(Saved data entries)
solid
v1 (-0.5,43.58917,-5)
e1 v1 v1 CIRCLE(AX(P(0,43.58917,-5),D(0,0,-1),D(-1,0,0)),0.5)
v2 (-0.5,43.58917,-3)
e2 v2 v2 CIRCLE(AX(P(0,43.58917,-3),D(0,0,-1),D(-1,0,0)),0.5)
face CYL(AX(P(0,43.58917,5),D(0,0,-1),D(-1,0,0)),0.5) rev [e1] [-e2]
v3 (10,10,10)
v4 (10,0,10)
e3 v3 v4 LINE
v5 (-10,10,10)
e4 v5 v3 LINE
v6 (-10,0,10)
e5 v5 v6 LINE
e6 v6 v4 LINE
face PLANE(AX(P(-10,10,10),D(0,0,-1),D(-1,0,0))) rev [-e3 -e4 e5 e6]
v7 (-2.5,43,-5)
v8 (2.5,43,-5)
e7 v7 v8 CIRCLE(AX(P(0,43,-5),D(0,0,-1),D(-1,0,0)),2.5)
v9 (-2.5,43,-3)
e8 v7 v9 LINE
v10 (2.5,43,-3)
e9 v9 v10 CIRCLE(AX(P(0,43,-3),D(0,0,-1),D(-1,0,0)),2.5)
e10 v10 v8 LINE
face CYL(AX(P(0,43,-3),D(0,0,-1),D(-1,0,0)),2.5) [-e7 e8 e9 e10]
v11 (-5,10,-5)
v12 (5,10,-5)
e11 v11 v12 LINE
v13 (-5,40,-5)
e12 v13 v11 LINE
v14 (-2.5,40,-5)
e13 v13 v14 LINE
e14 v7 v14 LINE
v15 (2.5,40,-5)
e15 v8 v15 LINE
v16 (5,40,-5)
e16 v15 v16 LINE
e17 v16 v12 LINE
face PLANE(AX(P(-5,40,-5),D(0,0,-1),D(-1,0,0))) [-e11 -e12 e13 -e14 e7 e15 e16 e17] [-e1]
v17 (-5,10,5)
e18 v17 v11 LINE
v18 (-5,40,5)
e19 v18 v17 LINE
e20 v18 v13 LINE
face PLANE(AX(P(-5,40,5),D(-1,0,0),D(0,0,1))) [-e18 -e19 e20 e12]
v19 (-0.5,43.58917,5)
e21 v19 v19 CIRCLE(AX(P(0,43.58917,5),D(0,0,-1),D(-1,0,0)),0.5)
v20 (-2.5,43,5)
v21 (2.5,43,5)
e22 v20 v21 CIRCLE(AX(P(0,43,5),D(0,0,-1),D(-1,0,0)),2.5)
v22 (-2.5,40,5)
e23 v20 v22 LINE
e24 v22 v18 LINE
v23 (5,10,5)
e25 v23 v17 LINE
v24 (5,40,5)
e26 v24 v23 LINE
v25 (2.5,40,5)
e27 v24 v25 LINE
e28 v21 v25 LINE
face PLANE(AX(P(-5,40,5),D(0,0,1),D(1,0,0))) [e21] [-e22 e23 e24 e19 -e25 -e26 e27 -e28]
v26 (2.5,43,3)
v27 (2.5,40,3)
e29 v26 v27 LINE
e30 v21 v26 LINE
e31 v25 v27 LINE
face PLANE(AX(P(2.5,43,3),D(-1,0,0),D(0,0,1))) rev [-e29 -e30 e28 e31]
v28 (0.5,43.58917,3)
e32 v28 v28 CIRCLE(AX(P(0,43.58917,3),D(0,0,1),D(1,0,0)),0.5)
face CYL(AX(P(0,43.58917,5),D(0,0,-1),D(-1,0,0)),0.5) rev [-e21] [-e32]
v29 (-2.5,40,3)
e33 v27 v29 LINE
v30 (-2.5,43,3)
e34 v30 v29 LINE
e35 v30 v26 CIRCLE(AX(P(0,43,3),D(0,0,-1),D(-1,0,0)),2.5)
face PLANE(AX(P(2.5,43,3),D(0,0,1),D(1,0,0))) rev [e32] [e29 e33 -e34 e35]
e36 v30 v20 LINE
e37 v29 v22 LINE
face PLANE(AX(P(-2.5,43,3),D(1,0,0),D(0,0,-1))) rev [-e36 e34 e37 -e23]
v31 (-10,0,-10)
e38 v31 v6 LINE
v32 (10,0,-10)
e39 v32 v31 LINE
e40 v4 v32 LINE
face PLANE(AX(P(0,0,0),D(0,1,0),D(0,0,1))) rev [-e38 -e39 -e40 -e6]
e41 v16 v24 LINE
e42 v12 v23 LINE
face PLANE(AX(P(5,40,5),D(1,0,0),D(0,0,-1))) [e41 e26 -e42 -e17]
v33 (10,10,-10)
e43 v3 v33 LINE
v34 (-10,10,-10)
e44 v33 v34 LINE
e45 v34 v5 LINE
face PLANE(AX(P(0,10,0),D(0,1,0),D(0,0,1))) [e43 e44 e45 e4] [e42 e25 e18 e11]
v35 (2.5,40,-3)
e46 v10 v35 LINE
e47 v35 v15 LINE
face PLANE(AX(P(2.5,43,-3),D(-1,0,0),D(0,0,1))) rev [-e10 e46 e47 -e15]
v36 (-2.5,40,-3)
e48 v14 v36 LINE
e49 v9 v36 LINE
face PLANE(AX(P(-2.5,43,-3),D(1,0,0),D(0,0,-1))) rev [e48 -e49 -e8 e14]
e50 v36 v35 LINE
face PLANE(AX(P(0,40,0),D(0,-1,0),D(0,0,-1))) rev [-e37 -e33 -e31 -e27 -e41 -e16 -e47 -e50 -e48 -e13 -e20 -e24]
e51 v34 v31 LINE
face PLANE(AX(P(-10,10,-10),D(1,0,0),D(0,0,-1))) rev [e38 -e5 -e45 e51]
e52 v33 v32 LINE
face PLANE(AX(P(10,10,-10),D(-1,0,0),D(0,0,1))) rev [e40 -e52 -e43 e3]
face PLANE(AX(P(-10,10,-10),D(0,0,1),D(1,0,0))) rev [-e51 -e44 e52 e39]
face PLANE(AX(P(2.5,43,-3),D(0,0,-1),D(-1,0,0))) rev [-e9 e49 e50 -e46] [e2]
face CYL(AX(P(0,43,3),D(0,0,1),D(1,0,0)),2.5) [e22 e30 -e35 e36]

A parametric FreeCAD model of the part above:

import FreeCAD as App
import Part
import Sketcher

V = App.Vector
Q = App.Units.Quantity


def add_polygon(sketch, points):
    """Adds a closed chain of lines whose ends are joined by coincident constraints."""
    first, n = sketch.GeometryCount, len(points)
    for a, b in zip(points, points[1:] + points[:1]):
        sketch.addGeometry(Part.LineSegment(App.Vector(*a, 0), App.Vector(*b, 0)), False)
    for i in range(n):
        sketch.addConstraint(Sketcher.Constraint("Coincident", first + i, 2, first + (i + 1) % n, 1))

doc = App.newDocument("Part")
body = doc.addObject("PartDesign::Body", "Body")

sketch1 = body.newObject("Sketcher::SketchObject", "Sketch")
sketch1.AttachmentSupport = (doc.getObject("XZ_Plane"), [""])
sketch1.MapMode = "FlatFace"
add_polygon(sketch1, [(-10, -10), (-10, 10), (10, 10), (10, -10)])
sketch1.addConstraint([
    Sketcher.Constraint("Vertical", 0),
    Sketcher.Constraint("Horizontal", 1),
    Sketcher.Constraint("Vertical", 2),
    Sketcher.Constraint("Horizontal", 3),
    Sketcher.Constraint("Symmetric", 0, 2, 2, 2, -1, 1),
    Sketcher.Constraint("Equal", 3, 0),
    Sketcher.Constraint("DistanceX", 1, 1, 1, 2, Q("20 mm")),
])
pad1 = body.newObject("PartDesign::Pad", "Pad")
pad1.Profile = sketch1
pad1.Length = 10
pad1.Reversed = True

sketch2 = body.newObject("Sketcher::SketchObject", "Sketch001")
sketch2.AttachmentSupport = (doc.getObject("XZ_Plane"), [""])
sketch2.MapMode = "FlatFace"
sketch2.AttachmentOffset = App.Placement(V(0, 0, -10), App.Rotation())
add_polygon(sketch2, [(5, -5), (5, 5), (-5, 5), (-5, -5)])
sketch2.addConstraint([
    Sketcher.Constraint("Vertical", 0),
    Sketcher.Constraint("Horizontal", 1),
    Sketcher.Constraint("Vertical", 2),
    Sketcher.Constraint("Horizontal", 3),
    Sketcher.Constraint("Symmetric", 0, 2, 2, 2, -1, 1),
    Sketcher.Constraint("Equal", 3, 0),
    Sketcher.Constraint("DistanceX", 1, 2, 1, 1, Q("10 mm")),
])
pad2 = body.newObject("PartDesign::Pad", "Pad001")
pad2.Profile = sketch2
pad2.Length = 30
pad2.Reversed = True

sketch3 = body.newObject("Sketcher::SketchObject", "Sketch002")
sketch3.AttachmentSupport = (doc.getObject("XZ_Plane"), [""])
sketch3.MapMode = "FlatFace"
sketch3.AttachmentOffset = App.Placement(V(0, 0, -40), App.Rotation())
add_polygon(sketch3, [(-2.5, -5), (-2.5, -3), (2.5, -3), (2.5, -5)])
add_polygon(sketch3, [(-2.5, 3), (-2.5, 5), (2.5, 5), (2.5, 3)])
sketch3.addConstraint([
    Sketcher.Constraint("Vertical", 0),
    Sketcher.Constraint("Horizontal", 1),
    Sketcher.Constraint("Vertical", 2),
    Sketcher.Constraint("Horizontal", 3),
    Sketcher.Constraint("Vertical", 4),
    Sketcher.Constraint("Horizontal", 5),
    Sketcher.Constraint("Vertical", 6),
    Sketcher.Constraint("Horizontal", 7),
    Sketcher.Constraint("Symmetric", 2, 2, 4, 2, -1, 1),
    Sketcher.Constraint("Symmetric", 0, 2, 6, 2, -1, 1),
    Sketcher.Constraint("Vertical", 3, 2, 4, 2),
    Sketcher.Constraint("DistanceX", 1, 1, 1, 2, Q("5 mm")),
    Sketcher.Constraint("DistanceY", 0, 1, 0, 2, Q("2 mm")),
    Sketcher.Constraint("DistanceY", 0, 2, -1, 1, Q("3 mm")),
])
pad3 = body.newObject("PartDesign::Pad", "Pad002")
pad3.Profile = sketch3
pad3.Length = 3
pad3.Reversed = True

sketch4 = body.newObject("Sketcher::SketchObject", "Sketch003")
sketch4.AttachmentSupport = (doc.getObject("XY_Plane"), [""])
sketch4.MapMode = "FlatFace"
sketch4.AttachmentOffset = App.Placement(V(0, 0, -5), App.Rotation())
sketch4.addGeometry(Part.Circle(V(0, 43, 0), V(0, 0, 1), 2.5), False)
sketch4.addConstraint([
    Sketcher.Constraint("PointOnObject", 0, 3, -2),
    Sketcher.Constraint("Diameter", 0, Q("5 mm")),
    Sketcher.Constraint("DistanceY", -1, 1, 0, 3, Q("43 mm")),
])
pad4 = body.newObject("PartDesign::Pad", "Pad003")
pad4.Profile = sketch4
pad4.Length = 2
doc.recompute()

mirrored = body.newObject("PartDesign::Mirrored", "Mirrored")
mirrored.Originals = [pad4]
mirrored.MirrorPlane = (doc.getObject("XY_Plane"), [""])
body.Tip = mirrored

sketch5 = body.newObject("Sketcher::SketchObject", "Sketch004")
sketch5.AttachmentSupport = (doc.getObject("XY_Plane"), [""])
sketch5.MapMode = "FlatFace"
sketch5.AttachmentOffset = App.Placement(V(0, 0, -5), App.Rotation())
sketch5.addGeometry(Part.Circle(V(0, 43.6, 0), V(0, 0, 1), 0.5), False)
sketch5.addConstraint([
    Sketcher.Constraint("PointOnObject", 0, 3, -2),
    Sketcher.Constraint("Diameter", 0, Q("1 mm")),
    Sketcher.Constraint("DistanceY", -1, 1, 0, 3, Q("43.58917 mm")),
])
pocket1 = body.newObject("PartDesign::Pocket", "Pocket")
pocket1.Profile = sketch5
pocket1.Length = 10
pocket1.Reversed = True

doc.recompute()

• _EXERCISE GOAL_
Please output exactly the lines between the one holding "v19 (-0.5,43.58917,5)" and the one holding "e47 v35 v15 LINE" in the records above, inclusive, and nothing more.

• _ANSWER SPACE_
v19 (-0.5,43.58917,5)
e21 v19 v19 CIRCLE(AX(P(0,43.58917,5),D(0,0,-1),D(-1,0,0)),0.5)
v20 (-2.5,43,5)
v21 (2.5,43,5)
e22 v20 v21 CIRCLE(AX(P(0,43,5),D(0,0,-1),D(-1,0,0)),2.5)
v22 (-2.5,40,5)
e23 v20 v22 LINE
e24 v22 v18 LINE
v23 (5,10,5)
e25 v23 v17 LINE
v24 (5,40,5)
e26 v24 v23 LINE
v25 (2.5,40,5)
e27 v24 v25 LINE
e28 v21 v25 LINE
face PLANE(AX(P(-5,40,5),D(0,0,1),D(1,0,0))) [e21] [-e22 e23 e24 e19 -e25 -e26 e27 -e28]
v26 (2.5,43,3)
v27 (2.5,40,3)
e29 v26 v27 LINE
e30 v21 v26 LINE
e31 v25 v27 LINE
face PLANE(AX(P(2.5,43,3),D(-1,0,0),D(0,0,1))) rev [-e29 -e30 e28 e31]
v28 (0.5,43.58917,3)
e32 v28 v28 CIRCLE(AX(P(0,43.58917,3),D(0,0,1),D(1,0,0)),0.5)
face CYL(AX(P(0,43.58917,5),D(0,0,-1),D(-1,0,0)),0.5) rev [-e21] [-e32]
v29 (-2.5,40,3)
e33 v27 v29 LINE
v30 (-2.5,43,3)
e34 v30 v29 LINE
e35 v30 v26 CIRCLE(AX(P(0,43,3),D(0,0,-1),D(-1,0,0)),2.5)
face PLANE(AX(P(2.5,43,3),D(0,0,1),D(1,0,0))) rev [e32] [e29 e33 -e34 e35]
e36 v30 v20 LINE
e37 v29 v22 LINE
face PLANE(AX(P(-2.5,43,3),D(1,0,0),D(0,0,-1))) rev [-e36 e34 e37 -e23]
v31 (-10,0,-10)
e38 v31 v6 LINE
v32 (10,0,-10)
e39 v32 v31 LINE
e40 v4 v32 LINE
face PLANE(AX(P(0,0,0),D(0,1,0),D(0,0,1))) rev [-e38 -e39 -e40 -e6]
e41 v16 v24 LINE
e42 v12 v23 LINE
face PLANE(AX(P(5,40,5),D(1,0,0),D(0,0,-1))) [e41 e26 -e42 -e17]
v33 (10,10,-10)
e43 v3 v33 LINE
v34 (-10,10,-10)
e44 v33 v34 LINE
e45 v34 v5 LINE
face PLANE(AX(P(0,10,0),D(0,1,0),D(0,0,1))) [e43 e44 e45 e4] [e42 e25 e18 e11]
v35 (2.5,40,-3)
e46 v10 v35 LINE
e47 v35 v15 LINE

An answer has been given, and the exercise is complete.